Listed records: Begin
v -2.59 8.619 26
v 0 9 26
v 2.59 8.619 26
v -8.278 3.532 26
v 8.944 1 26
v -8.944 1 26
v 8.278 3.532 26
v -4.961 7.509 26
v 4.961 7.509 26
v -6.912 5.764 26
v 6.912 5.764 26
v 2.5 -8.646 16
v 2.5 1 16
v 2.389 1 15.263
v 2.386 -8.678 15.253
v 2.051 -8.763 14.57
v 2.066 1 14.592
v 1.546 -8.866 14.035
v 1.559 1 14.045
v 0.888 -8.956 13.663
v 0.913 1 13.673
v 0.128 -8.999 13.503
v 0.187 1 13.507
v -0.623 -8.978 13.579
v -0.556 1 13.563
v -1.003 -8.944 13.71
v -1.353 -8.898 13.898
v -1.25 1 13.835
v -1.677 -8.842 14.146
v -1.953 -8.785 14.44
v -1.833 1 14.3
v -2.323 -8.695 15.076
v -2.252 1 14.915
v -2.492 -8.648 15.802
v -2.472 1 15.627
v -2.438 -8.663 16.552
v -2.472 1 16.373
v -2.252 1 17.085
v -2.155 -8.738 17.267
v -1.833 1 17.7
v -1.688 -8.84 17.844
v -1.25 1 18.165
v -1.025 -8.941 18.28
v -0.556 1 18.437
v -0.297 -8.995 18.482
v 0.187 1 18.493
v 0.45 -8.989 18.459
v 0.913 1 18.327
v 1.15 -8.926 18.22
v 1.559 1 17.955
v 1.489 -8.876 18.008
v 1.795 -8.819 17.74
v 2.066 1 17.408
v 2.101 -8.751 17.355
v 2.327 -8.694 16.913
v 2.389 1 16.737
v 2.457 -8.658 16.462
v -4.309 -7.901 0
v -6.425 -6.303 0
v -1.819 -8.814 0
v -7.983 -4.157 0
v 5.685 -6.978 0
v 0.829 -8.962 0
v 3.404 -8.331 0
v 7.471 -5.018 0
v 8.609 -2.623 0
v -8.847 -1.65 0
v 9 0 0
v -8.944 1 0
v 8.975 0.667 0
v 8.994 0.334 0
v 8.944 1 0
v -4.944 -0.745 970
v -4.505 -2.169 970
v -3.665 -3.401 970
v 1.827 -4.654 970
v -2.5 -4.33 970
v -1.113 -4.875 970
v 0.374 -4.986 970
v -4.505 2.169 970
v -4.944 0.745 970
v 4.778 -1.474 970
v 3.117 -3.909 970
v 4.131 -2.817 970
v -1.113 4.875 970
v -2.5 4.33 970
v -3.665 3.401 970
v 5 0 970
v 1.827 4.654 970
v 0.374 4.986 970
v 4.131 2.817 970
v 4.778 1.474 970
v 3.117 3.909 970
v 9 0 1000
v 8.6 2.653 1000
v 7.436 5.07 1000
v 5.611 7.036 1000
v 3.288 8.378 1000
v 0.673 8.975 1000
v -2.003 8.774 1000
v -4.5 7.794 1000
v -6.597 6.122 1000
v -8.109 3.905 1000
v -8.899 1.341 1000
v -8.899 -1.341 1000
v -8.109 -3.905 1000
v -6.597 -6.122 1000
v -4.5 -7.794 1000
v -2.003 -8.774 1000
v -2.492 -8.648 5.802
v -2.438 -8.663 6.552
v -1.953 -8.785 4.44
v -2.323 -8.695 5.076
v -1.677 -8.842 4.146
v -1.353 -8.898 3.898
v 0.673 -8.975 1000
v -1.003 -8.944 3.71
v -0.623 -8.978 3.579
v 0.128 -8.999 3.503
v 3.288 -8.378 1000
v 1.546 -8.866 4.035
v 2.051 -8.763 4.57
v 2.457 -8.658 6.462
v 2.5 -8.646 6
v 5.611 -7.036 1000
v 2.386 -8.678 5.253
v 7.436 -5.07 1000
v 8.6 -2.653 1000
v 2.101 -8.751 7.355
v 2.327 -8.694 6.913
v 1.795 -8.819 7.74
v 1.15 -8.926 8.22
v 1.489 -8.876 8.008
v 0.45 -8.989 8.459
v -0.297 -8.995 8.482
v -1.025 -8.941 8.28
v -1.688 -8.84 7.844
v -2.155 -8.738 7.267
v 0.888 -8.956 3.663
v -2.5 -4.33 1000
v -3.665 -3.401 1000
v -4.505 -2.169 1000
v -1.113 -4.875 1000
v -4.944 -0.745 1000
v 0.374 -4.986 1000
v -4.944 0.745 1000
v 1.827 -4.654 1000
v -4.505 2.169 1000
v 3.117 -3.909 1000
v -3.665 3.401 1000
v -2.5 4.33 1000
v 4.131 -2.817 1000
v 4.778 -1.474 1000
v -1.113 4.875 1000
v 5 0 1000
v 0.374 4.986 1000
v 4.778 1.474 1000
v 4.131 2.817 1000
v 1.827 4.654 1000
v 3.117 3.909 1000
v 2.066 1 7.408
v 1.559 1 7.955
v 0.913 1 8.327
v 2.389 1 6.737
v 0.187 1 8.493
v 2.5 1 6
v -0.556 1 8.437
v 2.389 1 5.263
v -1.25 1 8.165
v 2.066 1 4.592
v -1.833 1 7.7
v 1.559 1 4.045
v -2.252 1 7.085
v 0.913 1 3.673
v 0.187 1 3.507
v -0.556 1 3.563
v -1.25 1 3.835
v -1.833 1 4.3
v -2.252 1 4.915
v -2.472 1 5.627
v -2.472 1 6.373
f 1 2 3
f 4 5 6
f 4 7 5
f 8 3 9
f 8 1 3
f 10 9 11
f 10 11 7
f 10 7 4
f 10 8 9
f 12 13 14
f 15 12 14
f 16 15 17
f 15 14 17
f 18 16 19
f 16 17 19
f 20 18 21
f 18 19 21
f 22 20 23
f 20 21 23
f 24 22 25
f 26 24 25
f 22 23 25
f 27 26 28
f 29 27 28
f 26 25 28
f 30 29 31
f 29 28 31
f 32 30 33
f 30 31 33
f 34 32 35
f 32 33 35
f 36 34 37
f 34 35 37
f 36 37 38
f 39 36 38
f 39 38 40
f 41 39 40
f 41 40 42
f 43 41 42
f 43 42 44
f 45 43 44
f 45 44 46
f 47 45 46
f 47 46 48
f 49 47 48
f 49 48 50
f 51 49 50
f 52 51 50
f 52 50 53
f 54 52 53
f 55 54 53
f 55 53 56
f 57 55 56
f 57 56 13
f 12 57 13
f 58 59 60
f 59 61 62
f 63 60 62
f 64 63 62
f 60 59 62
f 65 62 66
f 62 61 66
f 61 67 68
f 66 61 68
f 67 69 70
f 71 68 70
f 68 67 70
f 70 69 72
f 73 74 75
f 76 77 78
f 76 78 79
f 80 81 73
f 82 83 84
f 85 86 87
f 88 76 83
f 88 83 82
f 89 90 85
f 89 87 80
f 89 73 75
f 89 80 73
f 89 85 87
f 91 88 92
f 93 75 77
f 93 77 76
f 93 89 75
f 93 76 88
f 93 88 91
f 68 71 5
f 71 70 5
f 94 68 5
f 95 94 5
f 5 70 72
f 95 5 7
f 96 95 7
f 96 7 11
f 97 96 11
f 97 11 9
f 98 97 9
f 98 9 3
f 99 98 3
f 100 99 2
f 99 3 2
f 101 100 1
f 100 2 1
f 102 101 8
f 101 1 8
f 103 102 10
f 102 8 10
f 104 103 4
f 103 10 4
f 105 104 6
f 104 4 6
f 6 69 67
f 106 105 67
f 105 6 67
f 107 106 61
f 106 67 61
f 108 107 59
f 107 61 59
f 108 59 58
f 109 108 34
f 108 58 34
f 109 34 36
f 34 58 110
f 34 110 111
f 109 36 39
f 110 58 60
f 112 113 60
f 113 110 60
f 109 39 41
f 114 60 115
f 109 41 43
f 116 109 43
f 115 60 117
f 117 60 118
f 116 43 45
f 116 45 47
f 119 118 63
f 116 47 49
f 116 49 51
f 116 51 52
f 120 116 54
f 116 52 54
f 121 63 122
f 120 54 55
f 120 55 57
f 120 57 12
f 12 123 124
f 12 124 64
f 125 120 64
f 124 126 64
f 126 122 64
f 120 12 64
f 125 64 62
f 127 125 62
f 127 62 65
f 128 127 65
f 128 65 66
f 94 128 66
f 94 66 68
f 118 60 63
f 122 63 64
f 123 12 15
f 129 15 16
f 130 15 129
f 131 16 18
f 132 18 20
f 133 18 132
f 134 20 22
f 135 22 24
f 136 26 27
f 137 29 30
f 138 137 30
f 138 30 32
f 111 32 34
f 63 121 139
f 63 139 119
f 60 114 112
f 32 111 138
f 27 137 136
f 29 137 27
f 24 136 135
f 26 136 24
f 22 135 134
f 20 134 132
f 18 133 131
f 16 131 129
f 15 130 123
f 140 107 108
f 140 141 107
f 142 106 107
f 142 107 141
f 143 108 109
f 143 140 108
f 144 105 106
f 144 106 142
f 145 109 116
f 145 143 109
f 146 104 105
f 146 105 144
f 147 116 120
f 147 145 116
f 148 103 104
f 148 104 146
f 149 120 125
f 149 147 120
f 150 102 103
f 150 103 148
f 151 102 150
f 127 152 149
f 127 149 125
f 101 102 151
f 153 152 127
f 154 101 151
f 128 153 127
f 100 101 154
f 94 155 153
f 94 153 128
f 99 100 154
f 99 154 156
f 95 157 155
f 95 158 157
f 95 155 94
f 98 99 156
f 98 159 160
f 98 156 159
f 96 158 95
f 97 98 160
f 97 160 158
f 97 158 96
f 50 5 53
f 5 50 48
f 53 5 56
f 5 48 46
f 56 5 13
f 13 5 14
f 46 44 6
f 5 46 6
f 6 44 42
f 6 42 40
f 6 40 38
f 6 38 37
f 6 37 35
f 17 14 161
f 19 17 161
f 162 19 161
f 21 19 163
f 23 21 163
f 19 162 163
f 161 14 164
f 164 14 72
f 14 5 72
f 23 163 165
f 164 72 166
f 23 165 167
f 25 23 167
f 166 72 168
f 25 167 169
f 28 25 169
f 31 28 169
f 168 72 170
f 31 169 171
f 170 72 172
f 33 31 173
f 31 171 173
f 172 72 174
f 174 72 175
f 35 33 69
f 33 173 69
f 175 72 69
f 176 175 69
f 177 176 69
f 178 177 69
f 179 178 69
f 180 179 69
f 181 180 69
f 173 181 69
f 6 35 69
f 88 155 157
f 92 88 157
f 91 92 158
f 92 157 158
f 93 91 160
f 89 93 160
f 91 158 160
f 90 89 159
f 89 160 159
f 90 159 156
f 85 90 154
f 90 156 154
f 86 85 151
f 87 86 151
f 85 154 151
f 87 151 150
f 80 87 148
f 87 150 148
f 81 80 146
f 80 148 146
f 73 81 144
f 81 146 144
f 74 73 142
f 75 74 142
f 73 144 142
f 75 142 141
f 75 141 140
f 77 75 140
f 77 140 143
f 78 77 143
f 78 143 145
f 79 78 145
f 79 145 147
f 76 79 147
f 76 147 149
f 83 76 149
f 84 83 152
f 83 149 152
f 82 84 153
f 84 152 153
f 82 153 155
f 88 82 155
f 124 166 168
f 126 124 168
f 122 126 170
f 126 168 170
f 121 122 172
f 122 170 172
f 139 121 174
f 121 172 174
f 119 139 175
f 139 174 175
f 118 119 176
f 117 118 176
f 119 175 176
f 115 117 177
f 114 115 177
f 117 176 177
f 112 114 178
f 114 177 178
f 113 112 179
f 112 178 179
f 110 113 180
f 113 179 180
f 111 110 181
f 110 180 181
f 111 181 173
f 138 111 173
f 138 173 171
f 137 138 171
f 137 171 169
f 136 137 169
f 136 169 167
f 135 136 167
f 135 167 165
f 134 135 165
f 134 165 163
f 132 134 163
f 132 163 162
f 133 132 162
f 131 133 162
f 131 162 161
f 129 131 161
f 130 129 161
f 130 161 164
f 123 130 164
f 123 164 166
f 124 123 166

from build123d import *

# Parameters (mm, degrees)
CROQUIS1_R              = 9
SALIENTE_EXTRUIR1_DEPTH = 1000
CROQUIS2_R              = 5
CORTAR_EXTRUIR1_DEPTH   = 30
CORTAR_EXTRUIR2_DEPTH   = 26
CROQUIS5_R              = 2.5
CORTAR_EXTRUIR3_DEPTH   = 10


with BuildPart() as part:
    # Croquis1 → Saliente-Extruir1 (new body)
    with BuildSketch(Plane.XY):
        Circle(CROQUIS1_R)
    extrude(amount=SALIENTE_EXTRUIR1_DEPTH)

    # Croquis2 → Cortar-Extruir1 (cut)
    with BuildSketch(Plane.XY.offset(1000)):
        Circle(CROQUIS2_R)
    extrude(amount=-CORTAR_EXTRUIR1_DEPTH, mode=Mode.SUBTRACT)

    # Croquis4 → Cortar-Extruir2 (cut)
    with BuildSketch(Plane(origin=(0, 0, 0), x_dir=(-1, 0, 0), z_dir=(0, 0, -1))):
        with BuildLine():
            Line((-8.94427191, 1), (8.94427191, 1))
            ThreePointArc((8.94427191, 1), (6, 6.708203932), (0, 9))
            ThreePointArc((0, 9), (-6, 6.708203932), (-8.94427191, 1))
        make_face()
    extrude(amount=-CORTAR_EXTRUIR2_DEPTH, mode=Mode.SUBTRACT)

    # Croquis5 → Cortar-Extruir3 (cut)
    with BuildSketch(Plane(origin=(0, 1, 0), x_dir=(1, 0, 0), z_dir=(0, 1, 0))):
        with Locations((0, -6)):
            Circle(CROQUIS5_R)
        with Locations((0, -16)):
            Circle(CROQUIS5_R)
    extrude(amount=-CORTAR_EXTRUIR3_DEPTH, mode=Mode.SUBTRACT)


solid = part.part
Listed records: End
▶ **Assigned task**
Copy the lines above exactly. Start with the line containing "v -1.25 1 13.835", end with the line containing "v 3.404 -8.331 0", and include both.

▶ **Output of the task**
v -1.25 1 13.835
v -1.677 -8.842 14.146
v -1.953 -8.785 14.44
v -1.833 1 14.3
v -2.323 -8.695 15.076
v -2.252 1 14.915
v -2.492 -8.648 15.802
v -2.472 1 15.627
v -2.438 -8.663 16.552
v -2.472 1 16.373
v -2.252 1 17.085
v -2.155 -8.738 17.267
v -1.833 1 17.7
v -1.688 -8.84 17.844
v -1.25 1 18.165
v -1.025 -8.941 18.28
v -0.556 1 18.437
v -0.297 -8.995 18.482
v 0.187 1 18.493
v 0.45 -8.989 18.459
v 0.913 1 18.327
v 1.15 -8.926 18.22
v 1.559 1 17.955
v 1.489 -8.876 18.008
v 1.795 -8.819 17.74
v 2.066 1 17.408
v 2.101 -8.751 17.355
v 2.327 -8.694 16.913
v 2.389 1 16.737
v 2.457 -8.658 16.462
v -4.309 -7.901 0
v -6.425 -6.303 0
v -1.819 -8.814 0
v -7.983 -4.157 0
v 5.685 -6.978 0
v 0.829 -8.962 0
v 3.404 -8.331 0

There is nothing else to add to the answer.